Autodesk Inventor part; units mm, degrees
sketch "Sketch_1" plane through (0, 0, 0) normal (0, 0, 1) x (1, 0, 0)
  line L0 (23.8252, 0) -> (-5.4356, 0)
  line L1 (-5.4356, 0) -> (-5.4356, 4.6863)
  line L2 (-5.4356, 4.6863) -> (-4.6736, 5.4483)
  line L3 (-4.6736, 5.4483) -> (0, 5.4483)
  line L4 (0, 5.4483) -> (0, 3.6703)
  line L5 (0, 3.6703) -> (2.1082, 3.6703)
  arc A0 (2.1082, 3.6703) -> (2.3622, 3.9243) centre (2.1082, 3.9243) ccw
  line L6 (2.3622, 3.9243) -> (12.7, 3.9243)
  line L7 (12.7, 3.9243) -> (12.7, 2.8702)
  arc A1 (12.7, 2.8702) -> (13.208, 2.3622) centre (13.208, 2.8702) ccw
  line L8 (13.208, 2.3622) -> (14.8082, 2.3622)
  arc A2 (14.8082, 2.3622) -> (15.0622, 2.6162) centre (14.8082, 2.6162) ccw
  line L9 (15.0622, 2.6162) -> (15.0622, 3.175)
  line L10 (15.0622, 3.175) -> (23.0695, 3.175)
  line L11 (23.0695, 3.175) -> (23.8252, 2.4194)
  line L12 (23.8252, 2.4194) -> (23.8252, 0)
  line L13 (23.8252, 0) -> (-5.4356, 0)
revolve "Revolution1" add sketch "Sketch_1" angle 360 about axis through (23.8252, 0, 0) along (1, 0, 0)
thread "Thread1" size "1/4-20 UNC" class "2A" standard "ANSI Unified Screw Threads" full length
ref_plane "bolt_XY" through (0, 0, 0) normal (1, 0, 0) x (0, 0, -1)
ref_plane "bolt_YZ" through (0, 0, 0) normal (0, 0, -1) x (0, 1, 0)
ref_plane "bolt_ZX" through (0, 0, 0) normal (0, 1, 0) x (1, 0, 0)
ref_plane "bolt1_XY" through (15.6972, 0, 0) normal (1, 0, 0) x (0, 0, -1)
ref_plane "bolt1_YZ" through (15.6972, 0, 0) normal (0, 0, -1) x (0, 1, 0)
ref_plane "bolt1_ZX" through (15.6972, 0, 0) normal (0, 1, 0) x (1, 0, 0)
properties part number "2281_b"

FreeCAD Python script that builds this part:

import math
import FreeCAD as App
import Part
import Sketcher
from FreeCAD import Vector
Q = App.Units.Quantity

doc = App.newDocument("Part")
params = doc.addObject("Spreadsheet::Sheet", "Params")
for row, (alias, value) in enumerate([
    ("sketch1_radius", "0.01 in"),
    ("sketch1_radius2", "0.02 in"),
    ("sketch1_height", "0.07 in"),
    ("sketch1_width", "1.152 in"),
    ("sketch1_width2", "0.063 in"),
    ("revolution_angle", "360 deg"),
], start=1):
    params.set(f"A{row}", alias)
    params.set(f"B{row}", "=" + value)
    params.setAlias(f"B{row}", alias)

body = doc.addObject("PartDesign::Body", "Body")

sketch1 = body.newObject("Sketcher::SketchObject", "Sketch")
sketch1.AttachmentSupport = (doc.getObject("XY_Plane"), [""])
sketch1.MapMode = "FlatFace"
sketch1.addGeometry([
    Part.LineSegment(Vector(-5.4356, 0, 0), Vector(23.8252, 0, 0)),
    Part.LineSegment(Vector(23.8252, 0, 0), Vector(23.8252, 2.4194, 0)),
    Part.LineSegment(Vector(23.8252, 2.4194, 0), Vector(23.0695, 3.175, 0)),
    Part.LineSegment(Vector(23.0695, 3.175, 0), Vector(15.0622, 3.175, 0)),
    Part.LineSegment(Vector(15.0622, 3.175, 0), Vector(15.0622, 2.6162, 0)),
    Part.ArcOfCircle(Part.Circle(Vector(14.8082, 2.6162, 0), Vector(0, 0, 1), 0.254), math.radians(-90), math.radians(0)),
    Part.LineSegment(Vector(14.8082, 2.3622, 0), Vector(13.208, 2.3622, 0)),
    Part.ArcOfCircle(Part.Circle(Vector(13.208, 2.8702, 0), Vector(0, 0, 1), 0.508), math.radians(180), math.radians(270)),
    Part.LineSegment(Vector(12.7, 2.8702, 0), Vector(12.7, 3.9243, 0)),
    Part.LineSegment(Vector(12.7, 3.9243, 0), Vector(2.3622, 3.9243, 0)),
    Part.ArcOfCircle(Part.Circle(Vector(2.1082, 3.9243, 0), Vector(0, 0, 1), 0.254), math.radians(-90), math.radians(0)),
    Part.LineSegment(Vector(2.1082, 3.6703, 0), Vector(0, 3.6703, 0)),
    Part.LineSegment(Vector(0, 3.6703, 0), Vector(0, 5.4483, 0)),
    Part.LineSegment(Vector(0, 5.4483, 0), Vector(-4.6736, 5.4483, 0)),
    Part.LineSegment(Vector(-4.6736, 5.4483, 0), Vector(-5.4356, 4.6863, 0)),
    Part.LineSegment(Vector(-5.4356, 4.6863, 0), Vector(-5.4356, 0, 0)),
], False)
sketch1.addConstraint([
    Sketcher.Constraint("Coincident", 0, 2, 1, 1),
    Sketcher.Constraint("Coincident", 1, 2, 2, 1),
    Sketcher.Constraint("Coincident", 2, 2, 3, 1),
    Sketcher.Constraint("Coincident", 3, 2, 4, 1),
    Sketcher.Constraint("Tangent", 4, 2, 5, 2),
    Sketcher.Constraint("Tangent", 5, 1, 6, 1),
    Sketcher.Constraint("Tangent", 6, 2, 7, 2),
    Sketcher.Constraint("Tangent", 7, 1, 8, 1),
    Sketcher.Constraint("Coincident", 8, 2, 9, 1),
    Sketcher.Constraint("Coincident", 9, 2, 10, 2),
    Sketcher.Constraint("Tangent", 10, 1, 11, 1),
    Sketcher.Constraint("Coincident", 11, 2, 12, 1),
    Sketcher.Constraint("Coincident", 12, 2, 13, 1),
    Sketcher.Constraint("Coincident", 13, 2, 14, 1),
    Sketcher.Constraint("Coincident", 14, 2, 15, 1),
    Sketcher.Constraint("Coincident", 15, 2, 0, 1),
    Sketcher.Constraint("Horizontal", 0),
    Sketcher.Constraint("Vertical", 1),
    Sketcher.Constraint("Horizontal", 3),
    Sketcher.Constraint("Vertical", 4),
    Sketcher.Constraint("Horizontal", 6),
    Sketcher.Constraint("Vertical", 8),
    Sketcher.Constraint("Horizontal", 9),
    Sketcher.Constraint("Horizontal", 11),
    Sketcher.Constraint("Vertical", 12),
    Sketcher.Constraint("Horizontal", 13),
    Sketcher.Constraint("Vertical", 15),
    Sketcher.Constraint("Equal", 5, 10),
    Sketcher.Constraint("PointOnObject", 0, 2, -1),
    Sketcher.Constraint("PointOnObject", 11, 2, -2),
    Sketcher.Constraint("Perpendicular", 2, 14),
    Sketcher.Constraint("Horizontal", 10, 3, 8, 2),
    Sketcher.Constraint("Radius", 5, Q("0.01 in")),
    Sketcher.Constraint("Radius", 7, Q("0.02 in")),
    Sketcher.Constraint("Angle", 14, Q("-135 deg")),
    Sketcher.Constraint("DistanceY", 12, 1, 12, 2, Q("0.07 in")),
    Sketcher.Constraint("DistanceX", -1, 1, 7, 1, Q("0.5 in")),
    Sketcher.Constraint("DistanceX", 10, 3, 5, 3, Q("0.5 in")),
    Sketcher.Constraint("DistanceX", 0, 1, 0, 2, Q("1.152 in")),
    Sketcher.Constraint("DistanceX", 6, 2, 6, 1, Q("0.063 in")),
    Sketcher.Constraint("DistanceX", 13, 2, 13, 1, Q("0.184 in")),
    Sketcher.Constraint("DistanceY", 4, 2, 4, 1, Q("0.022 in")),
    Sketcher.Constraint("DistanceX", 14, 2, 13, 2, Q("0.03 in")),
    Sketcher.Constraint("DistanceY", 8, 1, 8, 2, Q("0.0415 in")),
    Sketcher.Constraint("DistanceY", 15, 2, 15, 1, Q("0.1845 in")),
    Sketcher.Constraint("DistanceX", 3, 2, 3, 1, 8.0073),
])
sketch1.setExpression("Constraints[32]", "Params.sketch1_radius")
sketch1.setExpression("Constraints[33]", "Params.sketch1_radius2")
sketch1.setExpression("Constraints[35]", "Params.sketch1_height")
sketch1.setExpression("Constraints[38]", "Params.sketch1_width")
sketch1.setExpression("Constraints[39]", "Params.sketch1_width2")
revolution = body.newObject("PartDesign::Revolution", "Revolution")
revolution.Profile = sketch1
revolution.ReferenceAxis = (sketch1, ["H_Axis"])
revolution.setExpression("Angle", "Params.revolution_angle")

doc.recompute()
_ _ _ _
* TASK ITEM *
For each line in the data that holds the word "through", copy the line.

* REPLY *
sketch "Sketch_1" plane through (0, 0, 0) normal (0, 0, 1) x (1, 0, 0)
revolve "Revolution1" add sketch "Sketch_1" angle 360 about axis through (23.8252, 0, 0) along (1, 0, 0)
ref_plane "bolt_XY" through (0, 0, 0) normal (1, 0, 0) x (0, 0, -1)
ref_plane "bolt_YZ" through (0, 0, 0) normal (0, 0, -1) x (0, 1, 0)
ref_plane "bolt_ZX" through (0, 0, 0) normal (0, 1, 0) x (1, 0, 0)
ref_plane "bolt1_XY" through (15.6972, 0, 0) normal (1, 0, 0) x (0, 0, -1)
ref_plane "bolt1_YZ" through (15.6972, 0, 0) normal (0, 0, -1) x (0, 1, 0)
ref_plane "bolt1_ZX" through (15.6972, 0, 0) normal (0, 1, 0) x (1, 0, 0)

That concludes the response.